Yes. The Harris RTX 2000 Forth CPU offered a multi-step square root instruction, as did its military-grade sibling, the RTX 2010. There may have been others, but that is the one I know of.

See: https://users.ece.cmu.edu/~koopman/stack_computers/sec4_5.html

3
  • 1
    Nice, do you know any more detailed description?
    – Raffzahn
    Commented Apr 5 at 12:41
  • 3
    @Raffzahn Not off the top of my head. But I do see when searching, you should specify Harris as part of the search. Otherwise the results are mostly pages relating to a series of NVidia GPU boards. As far as I can tell, there is no commonality besides the general model number.
    – RichF
    Commented Apr 5 at 14:20
  • 7
    Interesting; according to the reference manual (users.ece.cmu.edu/~koopman/forth/…), it's an iterated square root where you have to run 1 setup instruction and then 15 step instructions to get the final answer. I've seen that done for division on other processors. And of course it would be a Forth CPU that would have such an esoteric instruction, heh.
    – v-rob
    Commented Apr 5 at 18:52
42

Is 1946 retro enough?

From Wikipedia:

ENIAC used four of the accumulators (controlled by a special multiplier unit) to perform up to 385 multiplication operations per second; five of the accumulators were controlled by a special divider/square-rooter unit to perform up to 40 division operations per second or three square root operations per second.
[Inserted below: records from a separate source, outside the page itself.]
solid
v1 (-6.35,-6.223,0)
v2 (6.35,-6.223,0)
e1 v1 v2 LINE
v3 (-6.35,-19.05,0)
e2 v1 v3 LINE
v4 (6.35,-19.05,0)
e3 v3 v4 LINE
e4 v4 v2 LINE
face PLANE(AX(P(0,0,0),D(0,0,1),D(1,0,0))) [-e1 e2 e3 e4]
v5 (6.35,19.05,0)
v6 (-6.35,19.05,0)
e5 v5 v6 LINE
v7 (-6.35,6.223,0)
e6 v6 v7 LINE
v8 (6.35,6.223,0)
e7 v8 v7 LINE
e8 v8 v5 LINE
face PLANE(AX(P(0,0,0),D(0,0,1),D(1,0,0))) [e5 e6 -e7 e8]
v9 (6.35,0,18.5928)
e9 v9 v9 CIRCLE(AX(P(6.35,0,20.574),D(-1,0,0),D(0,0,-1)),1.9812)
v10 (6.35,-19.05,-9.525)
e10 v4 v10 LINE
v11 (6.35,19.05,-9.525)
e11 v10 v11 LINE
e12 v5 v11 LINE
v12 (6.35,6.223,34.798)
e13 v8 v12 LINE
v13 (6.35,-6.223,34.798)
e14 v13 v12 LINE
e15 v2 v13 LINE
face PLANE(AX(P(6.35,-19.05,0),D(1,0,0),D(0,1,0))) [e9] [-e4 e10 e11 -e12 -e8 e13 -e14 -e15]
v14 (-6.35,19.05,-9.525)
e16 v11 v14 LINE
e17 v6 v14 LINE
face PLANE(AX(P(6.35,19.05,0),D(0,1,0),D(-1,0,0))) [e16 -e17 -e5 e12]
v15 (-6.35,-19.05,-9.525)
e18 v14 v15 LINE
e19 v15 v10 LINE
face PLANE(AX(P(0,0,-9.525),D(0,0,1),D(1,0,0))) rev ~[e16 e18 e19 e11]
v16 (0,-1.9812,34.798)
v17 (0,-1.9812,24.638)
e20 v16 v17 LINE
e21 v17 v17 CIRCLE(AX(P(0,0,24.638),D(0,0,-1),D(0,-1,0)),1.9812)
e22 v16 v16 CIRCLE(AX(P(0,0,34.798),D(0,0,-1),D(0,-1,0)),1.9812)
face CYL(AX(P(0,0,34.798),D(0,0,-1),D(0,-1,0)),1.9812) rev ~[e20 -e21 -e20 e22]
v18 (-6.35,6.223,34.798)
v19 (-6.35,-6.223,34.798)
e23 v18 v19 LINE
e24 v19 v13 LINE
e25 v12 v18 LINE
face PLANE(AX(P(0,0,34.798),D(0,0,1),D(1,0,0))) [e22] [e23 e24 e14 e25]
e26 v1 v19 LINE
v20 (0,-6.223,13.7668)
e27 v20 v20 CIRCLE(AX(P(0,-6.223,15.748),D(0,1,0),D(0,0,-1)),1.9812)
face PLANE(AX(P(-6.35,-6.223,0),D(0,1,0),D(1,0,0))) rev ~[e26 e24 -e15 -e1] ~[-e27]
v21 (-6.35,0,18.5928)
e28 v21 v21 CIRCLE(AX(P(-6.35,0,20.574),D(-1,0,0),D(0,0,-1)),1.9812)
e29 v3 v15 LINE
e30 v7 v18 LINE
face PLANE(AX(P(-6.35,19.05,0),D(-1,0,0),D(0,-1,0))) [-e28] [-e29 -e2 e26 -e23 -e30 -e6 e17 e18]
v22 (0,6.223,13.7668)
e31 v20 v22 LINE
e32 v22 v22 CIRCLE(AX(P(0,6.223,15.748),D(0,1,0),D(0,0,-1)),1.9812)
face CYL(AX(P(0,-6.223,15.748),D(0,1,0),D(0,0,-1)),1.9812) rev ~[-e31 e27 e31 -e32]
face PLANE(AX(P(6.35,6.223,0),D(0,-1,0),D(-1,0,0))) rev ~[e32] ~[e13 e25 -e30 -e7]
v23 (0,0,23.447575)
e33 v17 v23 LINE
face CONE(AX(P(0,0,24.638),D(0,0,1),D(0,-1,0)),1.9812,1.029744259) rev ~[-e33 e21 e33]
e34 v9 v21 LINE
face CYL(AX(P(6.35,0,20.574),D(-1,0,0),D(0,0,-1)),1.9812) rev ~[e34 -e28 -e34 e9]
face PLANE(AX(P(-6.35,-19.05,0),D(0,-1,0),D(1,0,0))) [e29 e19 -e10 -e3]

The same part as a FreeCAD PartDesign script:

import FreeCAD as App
import Part
import Sketcher
Q = App.Units.Quantity


def add_polygon(sketch, points):
    """Adds a closed chain of lines whose ends are joined by coincident constraints."""
    first, n = sketch.GeometryCount, len(points)
    for a, b in zip(points, points[1:] + points[:1]):
        sketch.addGeometry(Part.LineSegment(App.Vector(*a, 0), App.Vector(*b, 0)), False)
    for i in range(n):
        sketch.addConstraint(Sketcher.Constraint("Coincident", first + i, 2, first + (i + 1) % n, 1))

doc = App.newDocument("Part")
body = doc.addObject("PartDesign::Body", "Body")

sketch1 = body.newObject("Sketcher::SketchObject", "Sketch")
sketch1.AttachmentSupport = (doc.getObject("XY_Plane"), [""])
sketch1.MapMode = "FlatFace"
add_polygon(sketch1, [(-6, 19), (-6, -19), (6, -19), (6, 19)])
sketch1.addConstraint(Sketcher.Constraint("Vertical", 0))
sketch1.addConstraint(Sketcher.Constraint("Horizontal", 1))
sketch1.addConstraint(Sketcher.Constraint("Vertical", 2))
sketch1.addConstraint(Sketcher.Constraint("Horizontal", 3))
sketch1.addConstraint(Sketcher.Constraint("Symmetric", 0, 2, 2, 2, -1, 1))
sketch1.addConstraint(Sketcher.Constraint("DistanceX", 1, 1, 1, 2, Q("0.5 in")))
sketch1.addConstraint(Sketcher.Constraint("DistanceY", 0, 2, 0, 1, Q("1.5 in")))
pad1 = body.newObject("PartDesign::Pad", "Pad")
pad1.Profile = sketch1
pad1.Length = Q("0.375 in")
pad1.Reversed = True

sketch2 = body.newObject("Sketcher::SketchObject", "Sketch001")
sketch2.AttachmentSupport = (doc.getObject("XY_Plane"), [""])
sketch2.MapMode = "FlatFace"
add_polygon(sketch2, [(-6, 6), (-6, -6), (6, -6), (6, 6)])
sketch2.addConstraint(Sketcher.Constraint("Vertical", 0))
sketch2.addConstraint(Sketcher.Constraint("Horizontal", 1))
sketch2.addConstraint(Sketcher.Constraint("Vertical", 2))
sketch2.addConstraint(Sketcher.Constraint("Horizontal", 3))
sketch2.addConstraint(Sketcher.Constraint("Symmetric", 0, 2, 2, 2, -1, 1))
sketch2.addConstraint(Sketcher.Constraint("DistanceY", 0, 2, 0, 1, Q("0.49 in")))
sketch2.addConstraint(Sketcher.Constraint("DistanceX", 1, 1, 1, 2, Q("0.5 in")))
pad2 = body.newObject("PartDesign::Pad", "Pad001")
pad2.Profile = sketch2
pad2.Length = Q("1.37 in")

sketch3 = body.newObject("Sketcher::SketchObject", "Sketch002")
sketch3.AttachmentSupport = (doc.getObject("YZ_Plane"), [""])
sketch3.MapMode = "FlatFace"
sketch3.AttachmentOffset = App.Placement(App.Vector(0, 0, 0.25 * 25.4), App.Rotation())
sketch3.addGeometry(Part.Circle(App.Vector(0, 20.6, 0), App.Vector(0, 0, 1), 2), False)
sketch3.addConstraint(Sketcher.Constraint("PointOnObject", 0, 3, -2))
sketch3.addConstraint(Sketcher.Constraint("Diameter", 0, Q("0.156 in")))
sketch3.addConstraint(Sketcher.Constraint("DistanceY", -1, 1, 0, 3, Q("0.81 in")))
doc.recompute()
hole = body.newObject("PartDesign::Hole", "Hole")
hole.Profile = sketch3
hole.ThreadType = "None"
hole.Diameter = Q("0.156 in")
hole.DepthType = "ThroughAll"

sketch4 = body.newObject("Sketcher::SketchObject", "Sketch003")
sketch4.AttachmentSupport = (doc.getObject("XY_Plane"), [""])
sketch4.MapMode = "FlatFace"
sketch4.AttachmentOffset = App.Placement(App.Vector(0, 0, 1.37 * 25.4), App.Rotation())
sketch4.addGeometry(Part.Circle(App.Vector(0, 0, 0), App.Vector(0, 0, 1), 2), False)
sketch4.addConstraint(Sketcher.Constraint("Coincident", 0, 3, -1, 1))
sketch4.addConstraint(Sketcher.Constraint("Diameter", 0, Q("0.156 in")))
doc.recompute()
hole2 = body.newObject("PartDesign::Hole", "Hole001")
hole2.Profile = sketch4
hole2.ThreadType = "None"
hole2.Diameter = Q("0.156 in")
hole2.DepthType = "Dimension"
hole2.Depth = Q("0.4 in")
hole2.DrillPoint = "Angled"
hole2.DrillPointAngle = 118

sketch5 = body.newObject("Sketcher::SketchObject", "Sketch004")
sketch5.AttachmentSupport = (doc.getObject("XZ_Plane"), [""])
sketch5.MapMode = "FlatFace"
sketch5.AttachmentOffset = App.Placement(App.Vector(0, 0, 0.245 * 25.4), App.Rotation())
sketch5.addGeometry(Part.Circle(App.Vector(0, 15.7, 0), App.Vector(0, 0, 1), 2), False)
sketch5.addConstraint(Sketcher.Constraint("PointOnObject", 0, 3, -2))
sketch5.addConstraint(Sketcher.Constraint("Diameter", 0, Q("0.156 in")))
sketch5.addConstraint(Sketcher.Constraint("DistanceY", -1, 1, 0, 3, Q("0.62 in")))
doc.recompute()
hole3 = body.newObject("PartDesign::Hole", "Hole002")
hole3.Profile = sketch5
hole3.ThreadType = "None"
hole3.Diameter = Q("0.156 in")
hole3.DepthType = "ThroughAll"

doc.recompute()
ENIAC accumulators operated on decimal integers.

17

It's not that easy.

The most efficient method to calculate square root is to calculate inverse/reciprocal of the square root using Newton-Raphson iterations, and then multiply it with the original.

This is best known as the "Quake method" (see also Where did Fast InvSqrt() come from?). The more modern version used by contemporary CPU and GPUs are generalized into two instructions, one for estimating the initial guess (e.g. frsqrte of ARMv8), another to run the following iterations (e.g. frsqrts of ARMv8). Single-instruction version of sqrt is a micro-coded or pseudo-instruction version of these two instructions.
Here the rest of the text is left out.